The input >>
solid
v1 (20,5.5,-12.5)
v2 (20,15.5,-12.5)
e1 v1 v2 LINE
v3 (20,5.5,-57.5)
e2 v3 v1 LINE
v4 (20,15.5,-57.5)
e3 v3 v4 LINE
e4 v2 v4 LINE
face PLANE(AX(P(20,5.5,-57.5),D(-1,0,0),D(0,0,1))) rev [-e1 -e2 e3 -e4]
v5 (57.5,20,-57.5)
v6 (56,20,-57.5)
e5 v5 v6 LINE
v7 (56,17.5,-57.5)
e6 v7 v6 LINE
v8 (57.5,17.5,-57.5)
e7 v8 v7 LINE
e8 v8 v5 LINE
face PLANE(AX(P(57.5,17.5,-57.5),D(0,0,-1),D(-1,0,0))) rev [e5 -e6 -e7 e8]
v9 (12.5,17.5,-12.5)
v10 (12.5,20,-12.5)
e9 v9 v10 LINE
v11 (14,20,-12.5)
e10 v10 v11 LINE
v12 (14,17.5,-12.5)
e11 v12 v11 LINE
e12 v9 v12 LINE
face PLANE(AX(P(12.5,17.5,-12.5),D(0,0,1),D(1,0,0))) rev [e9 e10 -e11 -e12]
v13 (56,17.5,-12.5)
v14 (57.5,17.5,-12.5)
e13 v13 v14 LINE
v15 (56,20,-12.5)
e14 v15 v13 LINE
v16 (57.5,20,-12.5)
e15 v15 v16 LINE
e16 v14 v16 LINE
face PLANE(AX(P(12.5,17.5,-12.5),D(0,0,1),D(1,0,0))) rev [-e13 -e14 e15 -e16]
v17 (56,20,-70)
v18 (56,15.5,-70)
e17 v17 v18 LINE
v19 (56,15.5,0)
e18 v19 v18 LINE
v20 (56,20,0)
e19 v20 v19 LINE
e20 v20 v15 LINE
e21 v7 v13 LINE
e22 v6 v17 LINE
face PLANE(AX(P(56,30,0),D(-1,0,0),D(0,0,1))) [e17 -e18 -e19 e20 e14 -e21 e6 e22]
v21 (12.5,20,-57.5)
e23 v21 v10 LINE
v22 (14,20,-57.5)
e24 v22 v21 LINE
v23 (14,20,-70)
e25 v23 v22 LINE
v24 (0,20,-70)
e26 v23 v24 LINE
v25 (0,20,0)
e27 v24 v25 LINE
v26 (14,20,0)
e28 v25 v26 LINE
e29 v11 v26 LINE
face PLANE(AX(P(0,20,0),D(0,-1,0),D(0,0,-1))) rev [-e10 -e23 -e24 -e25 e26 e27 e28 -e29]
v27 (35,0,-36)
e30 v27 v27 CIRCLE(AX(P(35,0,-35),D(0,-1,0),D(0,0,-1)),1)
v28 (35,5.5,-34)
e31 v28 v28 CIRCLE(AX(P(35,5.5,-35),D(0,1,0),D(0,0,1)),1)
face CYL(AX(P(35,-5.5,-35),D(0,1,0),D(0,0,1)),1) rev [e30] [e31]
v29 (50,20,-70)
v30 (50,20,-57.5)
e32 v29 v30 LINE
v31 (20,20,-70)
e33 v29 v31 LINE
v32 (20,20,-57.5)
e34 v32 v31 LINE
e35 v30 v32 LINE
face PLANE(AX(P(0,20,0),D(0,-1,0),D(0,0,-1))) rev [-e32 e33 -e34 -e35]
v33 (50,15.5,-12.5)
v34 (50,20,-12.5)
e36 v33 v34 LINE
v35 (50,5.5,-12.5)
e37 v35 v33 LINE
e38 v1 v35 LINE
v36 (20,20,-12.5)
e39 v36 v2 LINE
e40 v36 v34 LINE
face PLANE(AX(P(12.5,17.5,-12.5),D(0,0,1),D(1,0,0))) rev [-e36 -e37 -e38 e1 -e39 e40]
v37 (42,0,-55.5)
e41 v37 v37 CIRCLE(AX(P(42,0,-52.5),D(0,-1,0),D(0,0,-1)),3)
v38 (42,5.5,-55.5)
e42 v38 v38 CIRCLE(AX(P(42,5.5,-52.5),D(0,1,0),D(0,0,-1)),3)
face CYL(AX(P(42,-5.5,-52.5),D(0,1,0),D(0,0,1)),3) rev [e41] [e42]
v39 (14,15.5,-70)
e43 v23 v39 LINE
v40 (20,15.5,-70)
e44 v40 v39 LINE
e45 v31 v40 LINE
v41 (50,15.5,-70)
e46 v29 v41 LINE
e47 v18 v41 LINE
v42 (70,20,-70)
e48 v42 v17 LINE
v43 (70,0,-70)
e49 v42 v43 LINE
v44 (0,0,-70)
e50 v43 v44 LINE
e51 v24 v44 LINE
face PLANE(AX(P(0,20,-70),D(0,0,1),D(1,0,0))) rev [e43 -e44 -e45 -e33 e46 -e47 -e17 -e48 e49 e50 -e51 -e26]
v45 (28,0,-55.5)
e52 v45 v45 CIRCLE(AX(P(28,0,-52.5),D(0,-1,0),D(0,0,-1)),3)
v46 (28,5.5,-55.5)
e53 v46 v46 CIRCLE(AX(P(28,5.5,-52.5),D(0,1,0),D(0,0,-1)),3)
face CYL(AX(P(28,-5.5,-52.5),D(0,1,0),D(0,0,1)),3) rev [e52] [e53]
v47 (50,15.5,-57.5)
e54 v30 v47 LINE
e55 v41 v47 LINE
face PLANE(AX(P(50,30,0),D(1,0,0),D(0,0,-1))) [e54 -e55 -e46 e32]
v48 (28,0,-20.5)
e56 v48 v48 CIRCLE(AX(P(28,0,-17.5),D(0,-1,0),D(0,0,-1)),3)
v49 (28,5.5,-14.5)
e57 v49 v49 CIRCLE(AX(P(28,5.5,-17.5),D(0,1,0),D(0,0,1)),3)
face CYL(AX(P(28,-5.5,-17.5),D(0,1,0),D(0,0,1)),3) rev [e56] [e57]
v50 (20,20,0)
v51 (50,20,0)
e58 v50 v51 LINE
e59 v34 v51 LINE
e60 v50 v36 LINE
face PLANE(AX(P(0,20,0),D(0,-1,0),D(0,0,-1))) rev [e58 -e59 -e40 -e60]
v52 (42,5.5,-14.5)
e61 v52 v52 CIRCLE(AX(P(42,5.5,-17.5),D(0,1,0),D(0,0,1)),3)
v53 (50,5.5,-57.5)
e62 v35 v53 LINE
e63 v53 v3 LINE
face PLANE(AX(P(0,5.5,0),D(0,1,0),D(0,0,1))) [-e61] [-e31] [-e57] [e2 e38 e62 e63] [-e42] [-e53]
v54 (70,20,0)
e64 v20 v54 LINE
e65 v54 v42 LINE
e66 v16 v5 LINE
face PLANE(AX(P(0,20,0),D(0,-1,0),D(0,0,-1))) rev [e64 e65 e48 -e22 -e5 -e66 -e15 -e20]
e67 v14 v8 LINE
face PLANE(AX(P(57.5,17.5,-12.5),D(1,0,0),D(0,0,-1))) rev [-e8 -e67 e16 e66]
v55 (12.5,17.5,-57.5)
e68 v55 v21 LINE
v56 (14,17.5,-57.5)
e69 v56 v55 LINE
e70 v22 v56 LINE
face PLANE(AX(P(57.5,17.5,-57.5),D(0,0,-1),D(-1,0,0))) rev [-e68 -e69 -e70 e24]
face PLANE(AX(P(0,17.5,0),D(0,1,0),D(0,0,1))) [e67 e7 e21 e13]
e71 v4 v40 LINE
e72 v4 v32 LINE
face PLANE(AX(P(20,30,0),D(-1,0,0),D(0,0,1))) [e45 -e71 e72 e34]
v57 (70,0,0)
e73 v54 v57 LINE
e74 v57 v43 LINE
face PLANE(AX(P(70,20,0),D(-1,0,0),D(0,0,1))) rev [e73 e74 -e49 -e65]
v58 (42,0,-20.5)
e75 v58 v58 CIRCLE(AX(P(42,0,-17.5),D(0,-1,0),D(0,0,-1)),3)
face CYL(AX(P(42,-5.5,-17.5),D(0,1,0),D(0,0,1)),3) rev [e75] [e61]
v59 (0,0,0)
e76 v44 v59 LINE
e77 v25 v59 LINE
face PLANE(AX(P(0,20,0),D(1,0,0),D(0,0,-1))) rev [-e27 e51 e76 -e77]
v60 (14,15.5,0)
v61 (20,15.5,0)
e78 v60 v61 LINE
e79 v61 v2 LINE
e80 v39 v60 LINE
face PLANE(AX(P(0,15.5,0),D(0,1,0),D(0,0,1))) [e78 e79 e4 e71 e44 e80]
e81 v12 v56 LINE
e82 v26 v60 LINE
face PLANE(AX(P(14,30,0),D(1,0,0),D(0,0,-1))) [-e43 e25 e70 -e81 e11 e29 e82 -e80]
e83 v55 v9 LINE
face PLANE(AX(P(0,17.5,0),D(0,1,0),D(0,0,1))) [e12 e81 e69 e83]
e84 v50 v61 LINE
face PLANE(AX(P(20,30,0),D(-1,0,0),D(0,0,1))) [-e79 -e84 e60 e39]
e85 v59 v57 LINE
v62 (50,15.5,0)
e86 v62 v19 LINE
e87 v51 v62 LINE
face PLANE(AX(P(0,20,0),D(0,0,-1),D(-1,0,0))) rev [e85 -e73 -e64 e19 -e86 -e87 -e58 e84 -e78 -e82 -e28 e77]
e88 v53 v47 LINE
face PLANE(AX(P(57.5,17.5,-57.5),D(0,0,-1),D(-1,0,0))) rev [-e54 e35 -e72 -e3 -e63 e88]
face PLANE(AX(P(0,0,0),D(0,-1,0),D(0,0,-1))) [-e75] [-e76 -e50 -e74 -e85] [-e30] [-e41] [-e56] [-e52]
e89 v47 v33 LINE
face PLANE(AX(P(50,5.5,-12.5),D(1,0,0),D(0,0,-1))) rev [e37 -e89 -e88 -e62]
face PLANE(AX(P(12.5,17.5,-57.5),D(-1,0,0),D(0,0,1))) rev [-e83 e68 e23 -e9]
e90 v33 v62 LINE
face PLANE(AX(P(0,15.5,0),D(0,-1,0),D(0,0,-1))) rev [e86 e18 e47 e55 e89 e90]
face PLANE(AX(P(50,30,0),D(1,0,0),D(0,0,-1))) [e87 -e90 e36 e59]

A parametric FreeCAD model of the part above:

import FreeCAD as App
import Part
import Sketcher

V = App.Vector
Q = App.Units.Quantity

doc = App.newDocument("Part")
params = doc.addObject("Spreadsheet::Sheet", "Params")
for row, (alias, value) in enumerate([
    ("sketch1_width", "70 mm"),
    ("pad1_length", "20 mm"),
    ("sketch2_width", "45 mm"),
    ("pocket1_length", "2.5 mm"),
    ("sketch3_width", "6 mm"),
    ("sketch3_height", "70 mm"),
    ("pocket2_length", "12.5 mm"),
    ("pocket2_length2", "2 mm"),
    ("sketch4_width", "30 mm"),
    ("sketch4_height", "45 mm"),
    ("pocket3_length", "12 mm"),
    ("sketch5_diameter", "6 mm"),
    ("sketch5_diameter2", "2 mm"),
    ("pocket4_length", "11 mm"),
], start=1):
    params.set(f"A{row}", alias)
    params.set(f"B{row}", "=" + value)
    params.setAlias(f"B{row}", alias)

body = doc.addObject("PartDesign::Body", "Body")

# Sketch on XZ plane
sketch1 = doc.addObject("Sketcher::SketchObject", "Sketch")
body.addObject(sketch1)
sketch1.AttachmentSupport = (doc.XZ_Plane, [""])
sketch1.MapMode = "FlatFace"
sketch1.addGeometry([
    Part.LineSegment(V(0, -70, 0), V(0, 0, 0)),
    Part.LineSegment(V(0, 0, 0), V(70, 0, 0)),
    Part.LineSegment(V(70, 0, 0), V(70, -70, 0)),
    Part.LineSegment(V(70, -70, 0), V(0, -70, 0)),
], False)
sketch1.addConstraint([
    Sketcher.Constraint("Coincident", 0, 2, 1, 1),
    Sketcher.Constraint("Coincident", 1, 2, 2, 1),
    Sketcher.Constraint("Coincident", 2, 2, 3, 1),
    Sketcher.Constraint("Coincident", 3, 2, 0, 1),
    Sketcher.Constraint("Vertical", 0),
    Sketcher.Constraint("Horizontal", 1),
    Sketcher.Constraint("Vertical", 2),
    Sketcher.Constraint("Horizontal", 3),
    Sketcher.Constraint("Coincident", 0, 2, -1, 1),
    Sketcher.Constraint("Equal", 3, 0),
    Sketcher.Constraint("DistanceX", 1, 1, 1, 2, Q("70 mm")),
])
sketch1.setExpression("Constraints[10]", "Params.sketch1_width")
pad1 = doc.addObject("PartDesign::Pad", "Pad")
body.addObject(pad1)
pad1.Profile = sketch1
pad1.setExpression("Length", "Params.pad1_length")
pad1.Reversed = True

Exercise objective >>
Give back the lines of the data exactly as they are written, from the first line through the line containing "e35 v30 v32 LINE".

Output >>
solid
v1 (20,5.5,-12.5)
v2 (20,15.5,-12.5)
e1 v1 v2 LINE
v3 (20,5.5,-57.5)
e2 v3 v1 LINE
v4 (20,15.5,-57.5)
e3 v3 v4 LINE
e4 v2 v4 LINE
face PLANE(AX(P(20,5.5,-57.5),D(-1,0,0),D(0,0,1))) rev [-e1 -e2 e3 -e4]
v5 (57.5,20,-57.5)
v6 (56,20,-57.5)
e5 v5 v6 LINE
v7 (56,17.5,-57.5)
e6 v7 v6 LINE
v8 (57.5,17.5,-57.5)
e7 v8 v7 LINE
e8 v8 v5 LINE
face PLANE(AX(P(57.5,17.5,-57.5),D(0,0,-1),D(-1,0,0))) rev [e5 -e6 -e7 e8]
v9 (12.5,17.5,-12.5)
v10 (12.5,20,-12.5)
e9 v9 v10 LINE
v11 (14,20,-12.5)
e10 v10 v11 LINE
v12 (14,17.5,-12.5)
e11 v12 v11 LINE
e12 v9 v12 LINE
face PLANE(AX(P(12.5,17.5,-12.5),D(0,0,1),D(1,0,0))) rev [e9 e10 -e11 -e12]
v13 (56,17.5,-12.5)
v14 (57.5,17.5,-12.5)
e13 v13 v14 LINE
v15 (56,20,-12.5)
e14 v15 v13 LINE
v16 (57.5,20,-12.5)
e15 v15 v16 LINE
e16 v14 v16 LINE
face PLANE(AX(P(12.5,17.5,-12.5),D(0,0,1),D(1,0,0))) rev [-e13 -e14 e15 -e16]
v17 (56,20,-70)
v18 (56,15.5,-70)
e17 v17 v18 LINE
v19 (56,15.5,0)
e18 v19 v18 LINE
v20 (56,20,0)
e19 v20 v19 LINE
e20 v20 v15 LINE
e21 v7 v13 LINE
e22 v6 v17 LINE
face PLANE(AX(P(56,30,0),D(-1,0,0),D(0,0,1))) [e17 -e18 -e19 e20 e14 -e21 e6 e22]
v21 (12.5,20,-57.5)
e23 v21 v10 LINE
v22 (14,20,-57.5)
e24 v22 v21 LINE
v23 (14,20,-70)
e25 v23 v22 LINE
v24 (0,20,-70)
e26 v23 v24 LINE
v25 (0,20,0)
e27 v24 v25 LINE
v26 (14,20,0)
e28 v25 v26 LINE
e29 v11 v26 LINE
face PLANE(AX(P(0,20,0),D(0,-1,0),D(0,0,-1))) rev [-e10 -e23 -e24 -e25 e26 e27 e28 -e29]
v27 (35,0,-36)
e30 v27 v27 CIRCLE(AX(P(35,0,-35),D(0,-1,0),D(0,0,-1)),1)
v28 (35,5.5,-34)
e31 v28 v28 CIRCLE(AX(P(35,5.5,-35),D(0,1,0),D(0,0,1)),1)
face CYL(AX(P(35,-5.5,-35),D(0,1,0),D(0,0,1)),1) rev [e30] [e31]
v29 (50,20,-70)
v30 (50,20,-57.5)
e32 v29 v30 LINE
v31 (20,20,-70)
e33 v29 v31 LINE
v32 (20,20,-57.5)
e34 v32 v31 LINE
e35 v30 v32 LINE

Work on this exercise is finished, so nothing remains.